- Aim of the task
Every line from the start of the listing below through the line that contains "#5=PRODUCT_DEFINITION_CONTEXT('',#1,'design');" is to be reproduced word for word.

- Entries shown
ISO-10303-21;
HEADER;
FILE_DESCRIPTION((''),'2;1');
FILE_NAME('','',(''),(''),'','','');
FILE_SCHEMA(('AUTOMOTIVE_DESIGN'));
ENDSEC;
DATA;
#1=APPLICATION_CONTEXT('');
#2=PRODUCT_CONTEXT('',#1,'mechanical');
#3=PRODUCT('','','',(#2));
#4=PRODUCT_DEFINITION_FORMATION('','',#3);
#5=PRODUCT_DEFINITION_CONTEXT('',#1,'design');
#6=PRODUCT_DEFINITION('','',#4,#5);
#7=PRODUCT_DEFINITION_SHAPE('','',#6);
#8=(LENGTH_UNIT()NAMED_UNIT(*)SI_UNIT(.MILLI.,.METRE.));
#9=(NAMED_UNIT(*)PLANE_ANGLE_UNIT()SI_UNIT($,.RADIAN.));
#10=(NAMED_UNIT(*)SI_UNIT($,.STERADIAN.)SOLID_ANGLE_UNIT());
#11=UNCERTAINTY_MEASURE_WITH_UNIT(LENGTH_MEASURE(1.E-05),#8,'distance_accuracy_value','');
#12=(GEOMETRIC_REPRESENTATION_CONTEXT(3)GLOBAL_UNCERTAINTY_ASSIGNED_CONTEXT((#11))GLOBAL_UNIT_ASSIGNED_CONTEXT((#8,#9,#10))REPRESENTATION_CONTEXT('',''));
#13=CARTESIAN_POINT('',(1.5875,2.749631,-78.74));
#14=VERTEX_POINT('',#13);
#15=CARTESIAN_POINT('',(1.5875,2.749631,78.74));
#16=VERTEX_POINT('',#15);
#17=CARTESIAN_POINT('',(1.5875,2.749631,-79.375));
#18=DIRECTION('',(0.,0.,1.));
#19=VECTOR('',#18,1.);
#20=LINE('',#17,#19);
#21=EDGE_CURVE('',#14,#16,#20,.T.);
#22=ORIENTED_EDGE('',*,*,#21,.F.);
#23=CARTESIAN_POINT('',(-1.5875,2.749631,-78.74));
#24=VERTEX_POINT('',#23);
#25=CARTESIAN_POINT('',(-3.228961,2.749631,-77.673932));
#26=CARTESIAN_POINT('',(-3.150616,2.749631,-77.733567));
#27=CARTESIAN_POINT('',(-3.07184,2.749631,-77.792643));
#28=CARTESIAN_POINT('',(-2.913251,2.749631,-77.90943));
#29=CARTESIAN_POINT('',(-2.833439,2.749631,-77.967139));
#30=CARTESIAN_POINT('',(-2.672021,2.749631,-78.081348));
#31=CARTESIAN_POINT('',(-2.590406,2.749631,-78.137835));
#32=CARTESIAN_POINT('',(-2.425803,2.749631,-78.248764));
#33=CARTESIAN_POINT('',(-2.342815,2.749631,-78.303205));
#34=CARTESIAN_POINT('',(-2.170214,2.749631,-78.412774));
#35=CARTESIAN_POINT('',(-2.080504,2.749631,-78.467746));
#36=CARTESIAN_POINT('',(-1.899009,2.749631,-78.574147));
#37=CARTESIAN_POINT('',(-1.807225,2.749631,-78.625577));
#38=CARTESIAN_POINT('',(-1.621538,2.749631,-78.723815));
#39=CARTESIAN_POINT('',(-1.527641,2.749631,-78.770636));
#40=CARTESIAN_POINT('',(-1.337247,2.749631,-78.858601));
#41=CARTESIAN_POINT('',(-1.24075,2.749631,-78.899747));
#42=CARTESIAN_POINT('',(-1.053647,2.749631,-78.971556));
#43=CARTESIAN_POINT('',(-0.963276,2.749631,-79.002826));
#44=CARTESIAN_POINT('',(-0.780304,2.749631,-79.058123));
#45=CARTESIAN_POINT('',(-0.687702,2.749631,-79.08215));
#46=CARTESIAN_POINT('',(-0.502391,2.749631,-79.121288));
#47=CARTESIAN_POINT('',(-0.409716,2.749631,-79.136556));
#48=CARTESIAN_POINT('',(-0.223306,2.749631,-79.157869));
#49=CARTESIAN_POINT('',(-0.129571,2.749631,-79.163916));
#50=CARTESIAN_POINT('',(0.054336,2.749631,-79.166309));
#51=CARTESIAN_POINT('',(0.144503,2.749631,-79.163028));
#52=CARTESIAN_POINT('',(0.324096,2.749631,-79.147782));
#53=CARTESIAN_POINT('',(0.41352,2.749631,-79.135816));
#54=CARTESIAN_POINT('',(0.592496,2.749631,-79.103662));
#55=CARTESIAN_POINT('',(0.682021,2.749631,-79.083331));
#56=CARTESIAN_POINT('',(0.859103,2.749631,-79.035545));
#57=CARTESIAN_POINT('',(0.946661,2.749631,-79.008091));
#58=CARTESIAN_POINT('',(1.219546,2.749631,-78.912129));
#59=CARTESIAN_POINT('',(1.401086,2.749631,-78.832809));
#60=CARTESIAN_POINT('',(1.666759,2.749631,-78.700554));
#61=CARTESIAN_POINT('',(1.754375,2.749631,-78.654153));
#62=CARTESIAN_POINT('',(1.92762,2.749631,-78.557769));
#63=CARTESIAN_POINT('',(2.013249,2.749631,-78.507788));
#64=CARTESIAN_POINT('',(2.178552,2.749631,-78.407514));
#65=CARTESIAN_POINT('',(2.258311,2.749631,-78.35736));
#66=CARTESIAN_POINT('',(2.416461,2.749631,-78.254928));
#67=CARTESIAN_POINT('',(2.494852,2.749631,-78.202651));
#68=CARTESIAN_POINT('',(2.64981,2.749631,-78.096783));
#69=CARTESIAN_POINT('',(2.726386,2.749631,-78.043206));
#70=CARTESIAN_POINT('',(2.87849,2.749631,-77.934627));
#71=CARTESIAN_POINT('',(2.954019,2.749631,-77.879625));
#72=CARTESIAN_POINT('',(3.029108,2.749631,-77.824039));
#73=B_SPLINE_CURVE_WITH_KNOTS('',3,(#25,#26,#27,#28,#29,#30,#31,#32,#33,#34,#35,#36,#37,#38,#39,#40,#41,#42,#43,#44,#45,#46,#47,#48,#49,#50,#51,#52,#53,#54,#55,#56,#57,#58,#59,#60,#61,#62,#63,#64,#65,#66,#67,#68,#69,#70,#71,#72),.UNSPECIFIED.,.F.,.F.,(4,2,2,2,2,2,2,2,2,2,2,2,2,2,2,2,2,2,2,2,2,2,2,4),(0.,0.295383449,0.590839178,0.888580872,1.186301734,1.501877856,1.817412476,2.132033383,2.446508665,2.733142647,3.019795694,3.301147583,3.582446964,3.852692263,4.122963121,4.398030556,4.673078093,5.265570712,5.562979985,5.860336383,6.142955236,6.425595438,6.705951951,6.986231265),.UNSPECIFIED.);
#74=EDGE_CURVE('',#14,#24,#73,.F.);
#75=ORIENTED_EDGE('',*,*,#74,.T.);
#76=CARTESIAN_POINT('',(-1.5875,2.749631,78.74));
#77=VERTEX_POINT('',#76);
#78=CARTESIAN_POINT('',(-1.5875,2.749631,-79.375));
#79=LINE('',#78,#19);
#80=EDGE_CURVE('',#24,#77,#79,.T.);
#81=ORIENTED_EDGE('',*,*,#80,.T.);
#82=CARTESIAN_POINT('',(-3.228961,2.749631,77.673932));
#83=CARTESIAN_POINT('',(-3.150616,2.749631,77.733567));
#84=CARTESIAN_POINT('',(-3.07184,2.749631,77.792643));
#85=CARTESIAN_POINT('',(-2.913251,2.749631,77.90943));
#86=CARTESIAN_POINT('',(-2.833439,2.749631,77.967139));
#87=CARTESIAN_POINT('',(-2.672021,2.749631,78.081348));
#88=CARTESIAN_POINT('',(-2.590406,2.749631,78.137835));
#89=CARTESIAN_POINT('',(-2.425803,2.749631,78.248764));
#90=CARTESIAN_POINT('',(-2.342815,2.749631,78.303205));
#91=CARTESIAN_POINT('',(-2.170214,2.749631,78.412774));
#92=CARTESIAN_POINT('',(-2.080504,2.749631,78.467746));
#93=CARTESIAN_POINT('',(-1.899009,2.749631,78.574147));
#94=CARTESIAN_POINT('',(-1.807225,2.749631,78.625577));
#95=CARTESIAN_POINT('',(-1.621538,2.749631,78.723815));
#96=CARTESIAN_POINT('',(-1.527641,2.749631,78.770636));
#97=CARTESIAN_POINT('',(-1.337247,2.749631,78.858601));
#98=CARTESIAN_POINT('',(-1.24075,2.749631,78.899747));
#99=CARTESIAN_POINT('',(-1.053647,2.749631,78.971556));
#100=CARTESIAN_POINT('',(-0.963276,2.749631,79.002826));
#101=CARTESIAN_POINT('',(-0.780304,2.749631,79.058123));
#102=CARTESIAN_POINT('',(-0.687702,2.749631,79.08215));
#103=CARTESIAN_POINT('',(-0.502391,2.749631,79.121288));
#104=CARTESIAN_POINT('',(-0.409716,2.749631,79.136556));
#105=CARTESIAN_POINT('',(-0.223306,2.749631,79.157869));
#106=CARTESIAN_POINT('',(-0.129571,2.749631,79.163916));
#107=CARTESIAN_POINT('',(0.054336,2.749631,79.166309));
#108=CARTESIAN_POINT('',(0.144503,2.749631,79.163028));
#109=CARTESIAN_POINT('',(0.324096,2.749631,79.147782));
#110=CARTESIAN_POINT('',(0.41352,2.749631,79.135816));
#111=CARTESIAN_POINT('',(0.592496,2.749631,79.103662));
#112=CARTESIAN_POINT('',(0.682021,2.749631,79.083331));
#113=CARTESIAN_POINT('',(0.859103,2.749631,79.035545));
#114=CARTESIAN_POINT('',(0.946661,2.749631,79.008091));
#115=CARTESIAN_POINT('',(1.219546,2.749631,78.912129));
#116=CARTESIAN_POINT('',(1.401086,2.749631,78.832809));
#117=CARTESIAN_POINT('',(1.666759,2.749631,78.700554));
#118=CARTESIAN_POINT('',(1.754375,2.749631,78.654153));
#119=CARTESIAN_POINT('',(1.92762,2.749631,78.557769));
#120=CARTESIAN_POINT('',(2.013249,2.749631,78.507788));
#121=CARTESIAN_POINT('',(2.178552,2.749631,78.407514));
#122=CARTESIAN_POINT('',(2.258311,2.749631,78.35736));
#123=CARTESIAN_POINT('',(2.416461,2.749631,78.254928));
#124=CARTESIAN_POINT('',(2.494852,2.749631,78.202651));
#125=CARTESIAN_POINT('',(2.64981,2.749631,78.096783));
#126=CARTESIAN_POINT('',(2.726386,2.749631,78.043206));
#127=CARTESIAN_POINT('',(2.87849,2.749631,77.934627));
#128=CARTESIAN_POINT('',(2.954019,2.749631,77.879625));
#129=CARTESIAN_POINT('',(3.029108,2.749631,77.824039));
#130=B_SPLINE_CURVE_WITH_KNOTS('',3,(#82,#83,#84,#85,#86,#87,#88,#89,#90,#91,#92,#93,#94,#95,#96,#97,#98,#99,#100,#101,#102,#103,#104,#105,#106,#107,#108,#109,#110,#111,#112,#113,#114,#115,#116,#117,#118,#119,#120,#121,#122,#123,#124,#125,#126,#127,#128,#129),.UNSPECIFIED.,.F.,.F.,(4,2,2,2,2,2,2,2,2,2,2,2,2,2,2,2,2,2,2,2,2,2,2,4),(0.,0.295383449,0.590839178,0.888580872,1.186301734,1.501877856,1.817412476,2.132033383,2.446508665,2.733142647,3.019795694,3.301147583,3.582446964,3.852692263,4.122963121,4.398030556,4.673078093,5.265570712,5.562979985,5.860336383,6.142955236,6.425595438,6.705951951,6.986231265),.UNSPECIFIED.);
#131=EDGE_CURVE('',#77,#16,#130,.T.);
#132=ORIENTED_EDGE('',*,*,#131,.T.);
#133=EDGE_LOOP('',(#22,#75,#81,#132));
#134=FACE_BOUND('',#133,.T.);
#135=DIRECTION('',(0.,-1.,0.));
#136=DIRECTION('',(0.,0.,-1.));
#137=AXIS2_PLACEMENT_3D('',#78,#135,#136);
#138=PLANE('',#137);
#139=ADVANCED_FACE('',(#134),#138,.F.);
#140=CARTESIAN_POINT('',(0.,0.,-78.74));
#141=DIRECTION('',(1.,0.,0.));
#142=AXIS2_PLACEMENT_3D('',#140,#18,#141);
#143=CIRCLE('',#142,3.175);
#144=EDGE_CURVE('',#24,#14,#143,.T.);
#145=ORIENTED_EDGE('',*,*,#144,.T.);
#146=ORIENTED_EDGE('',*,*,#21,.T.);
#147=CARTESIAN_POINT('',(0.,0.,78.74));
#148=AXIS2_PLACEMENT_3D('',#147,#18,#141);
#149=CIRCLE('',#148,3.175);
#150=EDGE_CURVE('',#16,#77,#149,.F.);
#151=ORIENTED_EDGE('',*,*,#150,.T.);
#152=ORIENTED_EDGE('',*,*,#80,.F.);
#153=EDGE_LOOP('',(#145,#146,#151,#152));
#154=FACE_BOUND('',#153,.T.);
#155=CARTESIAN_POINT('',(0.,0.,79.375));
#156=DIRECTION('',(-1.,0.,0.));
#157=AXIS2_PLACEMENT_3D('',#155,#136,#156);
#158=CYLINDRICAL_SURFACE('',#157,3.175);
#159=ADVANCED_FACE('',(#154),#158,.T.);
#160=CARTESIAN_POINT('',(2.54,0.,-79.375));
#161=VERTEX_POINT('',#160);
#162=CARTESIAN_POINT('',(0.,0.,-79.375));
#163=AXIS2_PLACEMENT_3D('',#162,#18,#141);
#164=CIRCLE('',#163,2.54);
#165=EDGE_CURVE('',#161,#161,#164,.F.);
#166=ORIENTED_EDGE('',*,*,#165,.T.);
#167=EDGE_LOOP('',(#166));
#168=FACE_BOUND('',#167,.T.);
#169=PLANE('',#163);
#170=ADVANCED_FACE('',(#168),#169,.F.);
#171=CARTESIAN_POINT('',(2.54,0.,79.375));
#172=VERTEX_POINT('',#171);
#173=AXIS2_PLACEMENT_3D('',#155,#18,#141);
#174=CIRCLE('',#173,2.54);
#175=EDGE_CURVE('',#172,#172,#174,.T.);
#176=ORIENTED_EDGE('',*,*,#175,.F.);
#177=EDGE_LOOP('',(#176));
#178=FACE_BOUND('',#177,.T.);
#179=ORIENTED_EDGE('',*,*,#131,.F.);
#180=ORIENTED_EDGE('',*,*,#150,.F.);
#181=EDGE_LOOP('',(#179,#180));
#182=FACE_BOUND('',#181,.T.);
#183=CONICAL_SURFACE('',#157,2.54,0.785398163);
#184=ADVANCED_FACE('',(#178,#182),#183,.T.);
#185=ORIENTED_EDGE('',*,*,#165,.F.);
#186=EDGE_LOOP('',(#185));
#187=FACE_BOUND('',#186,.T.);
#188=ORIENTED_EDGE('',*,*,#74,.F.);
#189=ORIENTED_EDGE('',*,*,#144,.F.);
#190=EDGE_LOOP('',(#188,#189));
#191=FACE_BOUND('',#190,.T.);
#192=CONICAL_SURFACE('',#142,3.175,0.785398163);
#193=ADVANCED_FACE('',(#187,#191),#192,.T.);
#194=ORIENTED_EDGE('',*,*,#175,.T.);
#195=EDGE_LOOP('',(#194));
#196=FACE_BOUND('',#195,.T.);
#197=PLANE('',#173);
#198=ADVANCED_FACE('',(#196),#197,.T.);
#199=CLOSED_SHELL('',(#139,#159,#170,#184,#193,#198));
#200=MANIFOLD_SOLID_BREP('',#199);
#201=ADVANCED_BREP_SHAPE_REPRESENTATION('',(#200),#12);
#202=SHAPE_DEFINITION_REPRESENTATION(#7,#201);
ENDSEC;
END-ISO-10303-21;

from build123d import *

# Parameters (mm, degrees)
SKETCH1_R           = 3.175
EXTRUDE1_DEPTH      = 79.375
CHAMFER1_SIZE       = 0.635
EXTRUDE7_DEPTH      = 80.375
EXTRUDE7_DEPTH_BACK = 80.375


with BuildPart() as part:
    # Sketch1 → Extrude1 (new body, symmetric)
    with BuildSketch(Plane.XY):
        Circle(SKETCH1_R)
    extrude(amount=EXTRUDE1_DEPTH, both=True)

    # Chamfer1
    chamfer1_edges = [part.edges().sort_by_distance(p)[0] for p in [
        (-3.175, 0, -79.375),
        (-3.175, 0, 79.375),
    ]]
    chamfer(chamfer1_edges, length=CHAMFER1_SIZE)

    # Sketch13 → Extrude7 (cut, two sides)
    with BuildSketch(Plane.XY) as extrude7_sk:
        with BuildLine():
            Line((-1.5875, 2.749630657), (1.5875, 2.749630657))
            ThreePointArc((1.5875, 2.749630657), (0, 3.175), (-1.5875, 2.749630657))
        make_face()
    extrude(amount=EXTRUDE7_DEPTH, mode=Mode.SUBTRACT)
    extrude(extrude7_sk.sketch, amount=-EXTRUDE7_DEPTH_BACK, mode=Mode.SUBTRACT)


solid = part.part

- Task response
ISO-10303-21;
HEADER;
FILE_DESCRIPTION((''),'2;1');
FILE_NAME('','',(''),(''),'','','');
FILE_SCHEMA(('AUTOMOTIVE_DESIGN'));
ENDSEC;
DATA;
#1=APPLICATION_CONTEXT('');
#2=PRODUCT_CONTEXT('',#1,'mechanical');
#3=PRODUCT('','','',(#2));
#4=PRODUCT_DEFINITION_FORMATION('','',#3);
#5=PRODUCT_DEFINITION_CONTEXT('',#1,'design');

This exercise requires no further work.